**Task statement:**
Two lines in the data below mark the range: the one with "f 66 133 135" and the one with "f 109 2 164". Return both, along with every line between them, exactly.

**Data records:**
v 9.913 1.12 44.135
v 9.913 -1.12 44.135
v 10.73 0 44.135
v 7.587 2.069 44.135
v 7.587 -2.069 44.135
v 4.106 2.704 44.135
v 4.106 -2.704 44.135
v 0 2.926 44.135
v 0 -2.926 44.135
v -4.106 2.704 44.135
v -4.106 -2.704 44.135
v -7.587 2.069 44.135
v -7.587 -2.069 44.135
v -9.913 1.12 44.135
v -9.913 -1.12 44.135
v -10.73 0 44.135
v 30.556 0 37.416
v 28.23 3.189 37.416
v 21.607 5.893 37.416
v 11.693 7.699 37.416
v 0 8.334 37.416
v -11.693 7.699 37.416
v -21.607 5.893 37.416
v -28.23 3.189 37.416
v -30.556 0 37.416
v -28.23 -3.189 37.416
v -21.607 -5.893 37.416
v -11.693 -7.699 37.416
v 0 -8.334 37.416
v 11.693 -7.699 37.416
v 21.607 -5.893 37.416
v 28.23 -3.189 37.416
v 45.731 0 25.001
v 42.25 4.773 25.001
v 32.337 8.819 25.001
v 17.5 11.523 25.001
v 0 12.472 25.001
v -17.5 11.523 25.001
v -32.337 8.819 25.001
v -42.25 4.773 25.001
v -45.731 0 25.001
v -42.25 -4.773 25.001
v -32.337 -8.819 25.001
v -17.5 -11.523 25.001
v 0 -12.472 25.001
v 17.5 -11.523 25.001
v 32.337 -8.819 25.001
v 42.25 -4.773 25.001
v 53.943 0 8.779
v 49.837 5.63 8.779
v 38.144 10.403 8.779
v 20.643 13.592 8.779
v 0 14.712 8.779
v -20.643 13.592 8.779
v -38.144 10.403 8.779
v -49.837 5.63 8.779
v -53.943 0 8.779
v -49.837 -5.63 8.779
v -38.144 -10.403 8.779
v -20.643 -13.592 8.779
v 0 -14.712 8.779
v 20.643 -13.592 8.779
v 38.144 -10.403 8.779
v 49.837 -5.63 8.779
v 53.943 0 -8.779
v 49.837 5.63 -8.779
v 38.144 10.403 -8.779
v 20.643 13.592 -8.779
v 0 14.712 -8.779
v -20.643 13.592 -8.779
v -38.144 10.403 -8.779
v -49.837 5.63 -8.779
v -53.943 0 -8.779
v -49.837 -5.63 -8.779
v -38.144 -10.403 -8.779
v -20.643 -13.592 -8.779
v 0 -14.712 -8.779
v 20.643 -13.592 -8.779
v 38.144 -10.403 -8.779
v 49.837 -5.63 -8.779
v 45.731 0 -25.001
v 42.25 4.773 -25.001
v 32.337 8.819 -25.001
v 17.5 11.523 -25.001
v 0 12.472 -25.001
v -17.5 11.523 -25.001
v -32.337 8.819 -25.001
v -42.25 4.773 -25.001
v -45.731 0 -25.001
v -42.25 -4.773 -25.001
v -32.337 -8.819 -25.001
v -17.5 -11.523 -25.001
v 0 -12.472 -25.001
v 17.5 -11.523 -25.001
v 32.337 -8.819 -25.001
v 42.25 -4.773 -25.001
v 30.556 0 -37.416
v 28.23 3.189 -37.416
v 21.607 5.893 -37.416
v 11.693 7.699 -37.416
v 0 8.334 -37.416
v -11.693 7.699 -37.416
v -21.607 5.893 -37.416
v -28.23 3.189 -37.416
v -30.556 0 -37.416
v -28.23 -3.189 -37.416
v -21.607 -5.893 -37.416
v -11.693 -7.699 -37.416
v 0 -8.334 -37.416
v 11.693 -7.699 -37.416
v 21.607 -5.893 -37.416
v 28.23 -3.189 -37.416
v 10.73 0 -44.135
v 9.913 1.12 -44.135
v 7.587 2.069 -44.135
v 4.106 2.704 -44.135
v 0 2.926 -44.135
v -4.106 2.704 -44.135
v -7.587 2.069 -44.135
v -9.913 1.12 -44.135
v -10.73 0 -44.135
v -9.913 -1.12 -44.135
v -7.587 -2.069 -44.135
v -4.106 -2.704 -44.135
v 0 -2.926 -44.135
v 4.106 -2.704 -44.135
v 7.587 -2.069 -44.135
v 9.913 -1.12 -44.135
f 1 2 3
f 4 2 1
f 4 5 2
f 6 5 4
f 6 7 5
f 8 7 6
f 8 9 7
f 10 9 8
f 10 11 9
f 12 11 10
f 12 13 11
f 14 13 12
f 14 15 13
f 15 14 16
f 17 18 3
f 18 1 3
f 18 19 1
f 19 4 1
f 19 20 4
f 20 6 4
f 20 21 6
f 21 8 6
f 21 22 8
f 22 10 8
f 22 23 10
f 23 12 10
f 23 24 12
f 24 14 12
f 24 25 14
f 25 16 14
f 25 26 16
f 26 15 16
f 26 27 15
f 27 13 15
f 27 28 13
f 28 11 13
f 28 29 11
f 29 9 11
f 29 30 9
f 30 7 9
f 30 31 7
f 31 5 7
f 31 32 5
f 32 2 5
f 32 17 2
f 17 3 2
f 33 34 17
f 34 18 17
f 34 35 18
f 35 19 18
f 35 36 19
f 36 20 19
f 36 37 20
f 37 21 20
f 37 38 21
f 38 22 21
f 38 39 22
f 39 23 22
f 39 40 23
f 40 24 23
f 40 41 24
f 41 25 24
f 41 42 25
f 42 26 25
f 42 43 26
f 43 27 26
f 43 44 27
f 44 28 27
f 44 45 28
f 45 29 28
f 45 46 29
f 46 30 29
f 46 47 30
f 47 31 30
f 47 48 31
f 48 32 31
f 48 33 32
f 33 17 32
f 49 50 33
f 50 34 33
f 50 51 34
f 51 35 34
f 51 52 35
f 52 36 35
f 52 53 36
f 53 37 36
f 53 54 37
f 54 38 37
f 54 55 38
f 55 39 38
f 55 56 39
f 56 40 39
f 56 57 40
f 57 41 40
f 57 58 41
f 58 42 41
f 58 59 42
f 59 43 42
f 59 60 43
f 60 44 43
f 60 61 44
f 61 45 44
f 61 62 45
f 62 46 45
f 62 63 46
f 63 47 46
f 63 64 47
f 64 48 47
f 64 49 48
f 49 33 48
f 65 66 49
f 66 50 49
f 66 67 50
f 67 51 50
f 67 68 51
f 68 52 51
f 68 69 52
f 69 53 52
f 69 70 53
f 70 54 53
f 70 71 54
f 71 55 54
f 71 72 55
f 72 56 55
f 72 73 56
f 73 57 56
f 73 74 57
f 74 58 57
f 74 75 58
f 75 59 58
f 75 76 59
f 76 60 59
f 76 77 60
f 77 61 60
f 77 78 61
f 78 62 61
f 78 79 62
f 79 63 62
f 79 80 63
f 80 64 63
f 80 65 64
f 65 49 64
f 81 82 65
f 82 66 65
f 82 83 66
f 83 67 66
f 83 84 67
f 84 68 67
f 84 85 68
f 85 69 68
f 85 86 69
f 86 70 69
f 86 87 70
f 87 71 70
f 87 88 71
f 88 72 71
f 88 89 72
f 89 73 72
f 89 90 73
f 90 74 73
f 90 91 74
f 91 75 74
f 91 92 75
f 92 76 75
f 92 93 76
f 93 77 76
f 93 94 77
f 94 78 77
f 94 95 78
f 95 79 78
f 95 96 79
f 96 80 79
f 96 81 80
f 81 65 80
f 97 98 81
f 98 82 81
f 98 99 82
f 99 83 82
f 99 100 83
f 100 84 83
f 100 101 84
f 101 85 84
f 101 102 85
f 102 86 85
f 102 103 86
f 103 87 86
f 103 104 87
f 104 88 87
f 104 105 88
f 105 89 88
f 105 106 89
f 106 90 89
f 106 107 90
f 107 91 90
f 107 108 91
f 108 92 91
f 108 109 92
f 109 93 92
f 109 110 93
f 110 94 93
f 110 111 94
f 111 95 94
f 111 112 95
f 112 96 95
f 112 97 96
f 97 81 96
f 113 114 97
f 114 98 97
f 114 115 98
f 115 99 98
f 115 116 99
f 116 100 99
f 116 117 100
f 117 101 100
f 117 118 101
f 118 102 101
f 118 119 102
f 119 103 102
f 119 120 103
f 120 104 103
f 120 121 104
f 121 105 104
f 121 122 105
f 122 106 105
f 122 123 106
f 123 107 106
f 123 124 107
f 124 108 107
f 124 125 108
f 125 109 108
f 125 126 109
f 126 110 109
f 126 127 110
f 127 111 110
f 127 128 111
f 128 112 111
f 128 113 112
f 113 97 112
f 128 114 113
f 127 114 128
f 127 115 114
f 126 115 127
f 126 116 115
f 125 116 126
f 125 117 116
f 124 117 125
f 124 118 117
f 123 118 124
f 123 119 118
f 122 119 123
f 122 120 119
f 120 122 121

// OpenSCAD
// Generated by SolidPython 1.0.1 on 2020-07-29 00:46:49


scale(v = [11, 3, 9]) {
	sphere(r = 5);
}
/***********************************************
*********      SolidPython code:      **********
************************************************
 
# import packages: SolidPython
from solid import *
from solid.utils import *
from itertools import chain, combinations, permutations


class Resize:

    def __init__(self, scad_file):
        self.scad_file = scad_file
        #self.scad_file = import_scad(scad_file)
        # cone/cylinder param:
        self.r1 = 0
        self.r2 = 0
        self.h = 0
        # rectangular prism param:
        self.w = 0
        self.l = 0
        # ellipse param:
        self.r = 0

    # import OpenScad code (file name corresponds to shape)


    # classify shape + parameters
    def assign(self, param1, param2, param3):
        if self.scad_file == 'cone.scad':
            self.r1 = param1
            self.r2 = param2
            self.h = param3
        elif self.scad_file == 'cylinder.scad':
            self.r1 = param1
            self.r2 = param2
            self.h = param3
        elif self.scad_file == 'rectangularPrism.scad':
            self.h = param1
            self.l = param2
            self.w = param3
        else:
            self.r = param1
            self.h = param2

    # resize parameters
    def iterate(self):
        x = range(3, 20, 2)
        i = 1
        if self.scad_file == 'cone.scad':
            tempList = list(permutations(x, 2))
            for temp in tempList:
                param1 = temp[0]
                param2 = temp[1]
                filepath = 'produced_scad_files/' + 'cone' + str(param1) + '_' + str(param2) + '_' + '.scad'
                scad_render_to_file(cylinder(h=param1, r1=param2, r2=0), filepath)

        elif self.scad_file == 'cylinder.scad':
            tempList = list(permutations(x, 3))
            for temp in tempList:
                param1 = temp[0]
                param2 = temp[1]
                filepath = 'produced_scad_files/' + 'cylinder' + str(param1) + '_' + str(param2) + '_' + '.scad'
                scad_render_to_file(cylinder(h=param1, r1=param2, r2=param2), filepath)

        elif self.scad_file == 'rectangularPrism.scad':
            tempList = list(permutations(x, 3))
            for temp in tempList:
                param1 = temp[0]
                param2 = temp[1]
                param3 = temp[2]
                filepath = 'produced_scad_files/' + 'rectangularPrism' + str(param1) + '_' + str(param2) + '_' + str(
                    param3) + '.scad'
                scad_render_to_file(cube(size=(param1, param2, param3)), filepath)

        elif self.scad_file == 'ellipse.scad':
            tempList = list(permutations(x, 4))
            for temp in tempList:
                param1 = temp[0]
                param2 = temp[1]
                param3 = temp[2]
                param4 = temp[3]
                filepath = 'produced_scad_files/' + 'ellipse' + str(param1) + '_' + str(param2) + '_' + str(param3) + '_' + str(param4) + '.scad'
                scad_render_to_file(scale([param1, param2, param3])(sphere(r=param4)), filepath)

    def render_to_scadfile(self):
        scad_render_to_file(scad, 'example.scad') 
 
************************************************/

--

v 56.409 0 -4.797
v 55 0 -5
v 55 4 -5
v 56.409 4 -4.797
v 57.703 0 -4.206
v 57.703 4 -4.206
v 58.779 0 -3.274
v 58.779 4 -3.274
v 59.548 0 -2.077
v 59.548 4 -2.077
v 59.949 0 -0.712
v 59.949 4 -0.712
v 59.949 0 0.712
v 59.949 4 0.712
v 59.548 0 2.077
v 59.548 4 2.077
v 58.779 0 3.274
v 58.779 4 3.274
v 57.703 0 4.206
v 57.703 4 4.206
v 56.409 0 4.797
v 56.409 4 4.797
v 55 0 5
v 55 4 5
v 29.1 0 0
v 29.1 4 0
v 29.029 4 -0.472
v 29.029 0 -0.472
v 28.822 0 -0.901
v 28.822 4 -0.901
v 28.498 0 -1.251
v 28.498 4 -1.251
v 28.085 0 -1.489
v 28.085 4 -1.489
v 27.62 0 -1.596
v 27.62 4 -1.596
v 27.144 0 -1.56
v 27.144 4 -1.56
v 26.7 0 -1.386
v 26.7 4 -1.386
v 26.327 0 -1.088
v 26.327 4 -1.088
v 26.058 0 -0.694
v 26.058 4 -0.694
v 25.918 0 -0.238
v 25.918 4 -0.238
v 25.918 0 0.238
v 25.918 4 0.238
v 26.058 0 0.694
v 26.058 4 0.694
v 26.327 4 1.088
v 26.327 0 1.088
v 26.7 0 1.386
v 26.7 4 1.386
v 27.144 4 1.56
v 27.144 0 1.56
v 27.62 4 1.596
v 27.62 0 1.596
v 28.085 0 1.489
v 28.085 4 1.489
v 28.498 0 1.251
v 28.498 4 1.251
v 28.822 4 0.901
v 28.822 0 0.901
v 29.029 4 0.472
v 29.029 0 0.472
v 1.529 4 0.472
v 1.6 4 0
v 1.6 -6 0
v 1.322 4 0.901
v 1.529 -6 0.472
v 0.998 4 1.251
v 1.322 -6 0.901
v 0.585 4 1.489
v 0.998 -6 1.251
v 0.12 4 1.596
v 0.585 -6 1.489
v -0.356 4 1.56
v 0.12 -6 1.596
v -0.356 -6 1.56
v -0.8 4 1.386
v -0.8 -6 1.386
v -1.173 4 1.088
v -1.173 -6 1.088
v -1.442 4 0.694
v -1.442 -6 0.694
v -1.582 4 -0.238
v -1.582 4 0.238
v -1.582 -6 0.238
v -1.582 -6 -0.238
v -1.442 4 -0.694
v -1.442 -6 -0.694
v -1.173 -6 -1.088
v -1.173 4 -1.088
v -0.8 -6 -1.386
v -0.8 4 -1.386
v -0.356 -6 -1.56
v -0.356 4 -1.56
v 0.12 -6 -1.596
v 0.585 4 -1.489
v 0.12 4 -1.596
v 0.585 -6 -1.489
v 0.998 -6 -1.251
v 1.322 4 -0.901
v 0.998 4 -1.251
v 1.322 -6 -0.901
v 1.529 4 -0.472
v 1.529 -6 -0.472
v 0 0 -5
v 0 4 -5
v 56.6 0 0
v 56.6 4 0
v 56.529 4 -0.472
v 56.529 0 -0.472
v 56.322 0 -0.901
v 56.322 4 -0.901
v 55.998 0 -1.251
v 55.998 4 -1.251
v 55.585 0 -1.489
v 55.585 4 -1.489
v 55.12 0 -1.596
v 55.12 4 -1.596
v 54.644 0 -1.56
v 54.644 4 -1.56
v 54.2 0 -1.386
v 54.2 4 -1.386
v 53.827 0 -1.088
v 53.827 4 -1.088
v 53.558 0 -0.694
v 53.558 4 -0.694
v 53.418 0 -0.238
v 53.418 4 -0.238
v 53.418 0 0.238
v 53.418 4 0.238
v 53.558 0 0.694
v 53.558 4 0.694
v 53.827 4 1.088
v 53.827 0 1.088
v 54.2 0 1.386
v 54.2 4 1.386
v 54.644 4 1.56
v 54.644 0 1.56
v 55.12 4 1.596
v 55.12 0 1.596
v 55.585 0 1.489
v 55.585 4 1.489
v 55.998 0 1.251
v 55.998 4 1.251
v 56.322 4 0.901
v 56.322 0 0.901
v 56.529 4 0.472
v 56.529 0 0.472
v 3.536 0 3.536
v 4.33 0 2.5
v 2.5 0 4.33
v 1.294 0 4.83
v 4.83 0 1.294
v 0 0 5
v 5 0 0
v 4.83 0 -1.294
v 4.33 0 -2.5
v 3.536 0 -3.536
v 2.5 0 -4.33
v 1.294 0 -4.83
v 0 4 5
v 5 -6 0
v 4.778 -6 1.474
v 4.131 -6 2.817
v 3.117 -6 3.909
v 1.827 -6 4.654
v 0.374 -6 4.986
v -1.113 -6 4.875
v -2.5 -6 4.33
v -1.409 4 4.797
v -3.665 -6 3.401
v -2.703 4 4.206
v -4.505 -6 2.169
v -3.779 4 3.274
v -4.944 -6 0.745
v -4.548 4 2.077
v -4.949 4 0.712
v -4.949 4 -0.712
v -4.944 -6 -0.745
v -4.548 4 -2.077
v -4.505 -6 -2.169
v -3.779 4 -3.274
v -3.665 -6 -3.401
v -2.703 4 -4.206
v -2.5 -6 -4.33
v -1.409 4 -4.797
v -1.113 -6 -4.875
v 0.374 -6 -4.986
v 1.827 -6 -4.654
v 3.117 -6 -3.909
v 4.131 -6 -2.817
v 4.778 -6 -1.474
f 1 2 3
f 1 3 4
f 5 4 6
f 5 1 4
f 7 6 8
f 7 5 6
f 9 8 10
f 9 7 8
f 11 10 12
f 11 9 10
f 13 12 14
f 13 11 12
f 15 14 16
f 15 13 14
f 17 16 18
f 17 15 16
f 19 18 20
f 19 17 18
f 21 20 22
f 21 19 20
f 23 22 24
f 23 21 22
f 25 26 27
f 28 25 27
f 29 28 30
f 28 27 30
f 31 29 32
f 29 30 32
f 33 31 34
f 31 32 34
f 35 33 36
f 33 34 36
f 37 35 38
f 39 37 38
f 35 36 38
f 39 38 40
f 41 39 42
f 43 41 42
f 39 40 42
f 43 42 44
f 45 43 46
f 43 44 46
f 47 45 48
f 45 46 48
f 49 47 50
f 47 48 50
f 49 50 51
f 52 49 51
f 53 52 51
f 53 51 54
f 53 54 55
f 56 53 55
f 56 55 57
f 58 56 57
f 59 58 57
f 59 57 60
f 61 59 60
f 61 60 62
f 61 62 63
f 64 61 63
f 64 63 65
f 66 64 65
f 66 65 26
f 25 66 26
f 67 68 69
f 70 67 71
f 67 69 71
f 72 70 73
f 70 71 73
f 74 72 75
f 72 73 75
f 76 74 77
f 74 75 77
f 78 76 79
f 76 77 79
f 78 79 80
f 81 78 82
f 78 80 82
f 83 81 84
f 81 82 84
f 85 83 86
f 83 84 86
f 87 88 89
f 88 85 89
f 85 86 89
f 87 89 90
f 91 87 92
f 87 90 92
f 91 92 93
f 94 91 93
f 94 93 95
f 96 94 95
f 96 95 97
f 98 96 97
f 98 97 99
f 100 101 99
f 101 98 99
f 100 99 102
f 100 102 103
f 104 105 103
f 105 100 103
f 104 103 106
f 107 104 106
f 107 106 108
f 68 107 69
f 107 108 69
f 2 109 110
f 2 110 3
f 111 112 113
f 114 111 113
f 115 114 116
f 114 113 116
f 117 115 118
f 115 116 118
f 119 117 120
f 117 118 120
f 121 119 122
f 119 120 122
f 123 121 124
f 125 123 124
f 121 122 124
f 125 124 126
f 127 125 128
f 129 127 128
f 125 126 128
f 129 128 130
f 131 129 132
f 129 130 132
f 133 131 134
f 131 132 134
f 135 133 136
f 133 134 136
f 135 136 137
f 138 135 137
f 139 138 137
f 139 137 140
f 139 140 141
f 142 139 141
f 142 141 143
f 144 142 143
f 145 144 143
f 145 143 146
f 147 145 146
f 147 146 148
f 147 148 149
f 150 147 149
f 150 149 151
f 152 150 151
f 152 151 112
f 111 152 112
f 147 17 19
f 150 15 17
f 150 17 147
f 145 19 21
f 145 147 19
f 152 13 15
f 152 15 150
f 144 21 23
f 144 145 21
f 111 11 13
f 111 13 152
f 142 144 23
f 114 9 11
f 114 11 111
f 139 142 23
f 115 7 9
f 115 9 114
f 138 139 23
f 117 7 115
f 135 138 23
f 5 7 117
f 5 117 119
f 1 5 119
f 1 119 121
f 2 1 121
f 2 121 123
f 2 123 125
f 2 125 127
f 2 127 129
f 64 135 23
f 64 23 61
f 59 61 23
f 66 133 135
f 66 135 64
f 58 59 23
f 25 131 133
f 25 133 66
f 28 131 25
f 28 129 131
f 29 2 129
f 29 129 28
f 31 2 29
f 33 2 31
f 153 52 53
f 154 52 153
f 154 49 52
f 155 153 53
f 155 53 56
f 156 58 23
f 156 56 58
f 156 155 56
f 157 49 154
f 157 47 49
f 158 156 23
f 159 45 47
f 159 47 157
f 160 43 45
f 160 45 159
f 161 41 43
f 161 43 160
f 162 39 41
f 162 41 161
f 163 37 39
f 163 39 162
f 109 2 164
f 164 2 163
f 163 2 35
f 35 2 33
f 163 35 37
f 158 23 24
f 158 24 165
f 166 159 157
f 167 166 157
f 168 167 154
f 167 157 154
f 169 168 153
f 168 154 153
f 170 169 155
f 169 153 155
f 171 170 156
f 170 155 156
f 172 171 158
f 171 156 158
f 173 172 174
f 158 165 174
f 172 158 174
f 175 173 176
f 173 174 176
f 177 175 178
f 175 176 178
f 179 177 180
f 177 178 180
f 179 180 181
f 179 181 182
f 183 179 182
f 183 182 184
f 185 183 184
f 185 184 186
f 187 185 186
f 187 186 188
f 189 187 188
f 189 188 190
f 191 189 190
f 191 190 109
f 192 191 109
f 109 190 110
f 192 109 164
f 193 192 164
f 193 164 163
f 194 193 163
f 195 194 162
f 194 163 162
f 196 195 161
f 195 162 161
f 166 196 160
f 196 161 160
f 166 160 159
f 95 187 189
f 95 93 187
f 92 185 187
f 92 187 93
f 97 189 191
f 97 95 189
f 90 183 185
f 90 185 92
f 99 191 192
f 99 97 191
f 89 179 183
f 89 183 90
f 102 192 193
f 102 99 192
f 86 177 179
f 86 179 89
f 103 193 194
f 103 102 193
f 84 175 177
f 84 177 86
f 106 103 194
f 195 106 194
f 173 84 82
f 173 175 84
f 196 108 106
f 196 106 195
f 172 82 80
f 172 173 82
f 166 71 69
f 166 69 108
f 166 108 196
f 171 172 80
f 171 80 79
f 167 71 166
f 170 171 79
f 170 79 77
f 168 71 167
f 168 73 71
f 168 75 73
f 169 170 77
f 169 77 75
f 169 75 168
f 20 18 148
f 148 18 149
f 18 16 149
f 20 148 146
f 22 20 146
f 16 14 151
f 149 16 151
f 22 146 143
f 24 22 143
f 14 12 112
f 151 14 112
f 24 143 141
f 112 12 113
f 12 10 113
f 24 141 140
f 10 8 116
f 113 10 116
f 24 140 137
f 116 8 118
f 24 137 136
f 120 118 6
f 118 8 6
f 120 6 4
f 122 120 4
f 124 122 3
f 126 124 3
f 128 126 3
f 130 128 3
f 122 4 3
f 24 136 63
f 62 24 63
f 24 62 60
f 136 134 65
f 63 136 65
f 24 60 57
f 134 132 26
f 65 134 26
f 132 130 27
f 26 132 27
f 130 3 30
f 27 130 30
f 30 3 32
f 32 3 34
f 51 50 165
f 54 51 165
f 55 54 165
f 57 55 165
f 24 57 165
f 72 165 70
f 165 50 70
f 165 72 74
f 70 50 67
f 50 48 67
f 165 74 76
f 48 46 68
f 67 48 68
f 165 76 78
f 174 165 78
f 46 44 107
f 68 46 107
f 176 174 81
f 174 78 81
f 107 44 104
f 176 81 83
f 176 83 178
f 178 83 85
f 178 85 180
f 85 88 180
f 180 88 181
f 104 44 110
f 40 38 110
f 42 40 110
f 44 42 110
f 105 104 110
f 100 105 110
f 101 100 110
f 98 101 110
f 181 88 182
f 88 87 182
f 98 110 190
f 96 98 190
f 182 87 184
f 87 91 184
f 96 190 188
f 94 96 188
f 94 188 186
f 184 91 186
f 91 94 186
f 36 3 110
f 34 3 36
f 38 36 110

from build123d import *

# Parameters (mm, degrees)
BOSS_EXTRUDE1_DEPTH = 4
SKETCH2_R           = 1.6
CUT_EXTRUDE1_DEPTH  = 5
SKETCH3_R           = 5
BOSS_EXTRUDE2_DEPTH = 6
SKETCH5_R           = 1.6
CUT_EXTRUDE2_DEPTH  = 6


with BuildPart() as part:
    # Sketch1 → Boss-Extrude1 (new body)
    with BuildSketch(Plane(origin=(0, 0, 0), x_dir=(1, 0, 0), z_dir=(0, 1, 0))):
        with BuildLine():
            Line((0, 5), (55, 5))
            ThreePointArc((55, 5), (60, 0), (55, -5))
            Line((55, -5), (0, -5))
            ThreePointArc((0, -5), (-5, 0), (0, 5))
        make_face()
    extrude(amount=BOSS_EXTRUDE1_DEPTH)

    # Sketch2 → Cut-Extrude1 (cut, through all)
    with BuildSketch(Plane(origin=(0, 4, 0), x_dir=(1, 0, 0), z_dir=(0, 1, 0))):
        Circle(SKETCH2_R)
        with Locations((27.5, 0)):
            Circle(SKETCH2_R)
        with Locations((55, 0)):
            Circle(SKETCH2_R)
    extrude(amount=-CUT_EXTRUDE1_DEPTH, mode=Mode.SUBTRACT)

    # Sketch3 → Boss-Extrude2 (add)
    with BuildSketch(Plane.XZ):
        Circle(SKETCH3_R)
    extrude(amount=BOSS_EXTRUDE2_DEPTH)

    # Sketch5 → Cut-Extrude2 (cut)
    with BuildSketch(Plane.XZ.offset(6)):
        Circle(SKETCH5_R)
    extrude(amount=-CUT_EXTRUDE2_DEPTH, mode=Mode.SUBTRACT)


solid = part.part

**Solution:**
f 66 133 135
f 66 135 64
f 58 59 23
f 25 131 133
f 25 133 66
f 28 131 25
f 28 129 131
f 29 2 129
f 29 129 28
f 31 2 29
f 33 2 31
f 153 52 53
f 154 52 153
f 154 49 52
f 155 153 53
f 155 53 56
f 156 58 23
f 156 56 58
f 156 155 56
f 157 49 154
f 157 47 49
f 158 156 23
f 159 45 47
f 159 47 157
f 160 43 45
f 160 45 159
f 161 41 43
f 161 43 160
f 162 39 41
f 162 41 161
f 163 37 39
f 163 39 162
f 109 2 164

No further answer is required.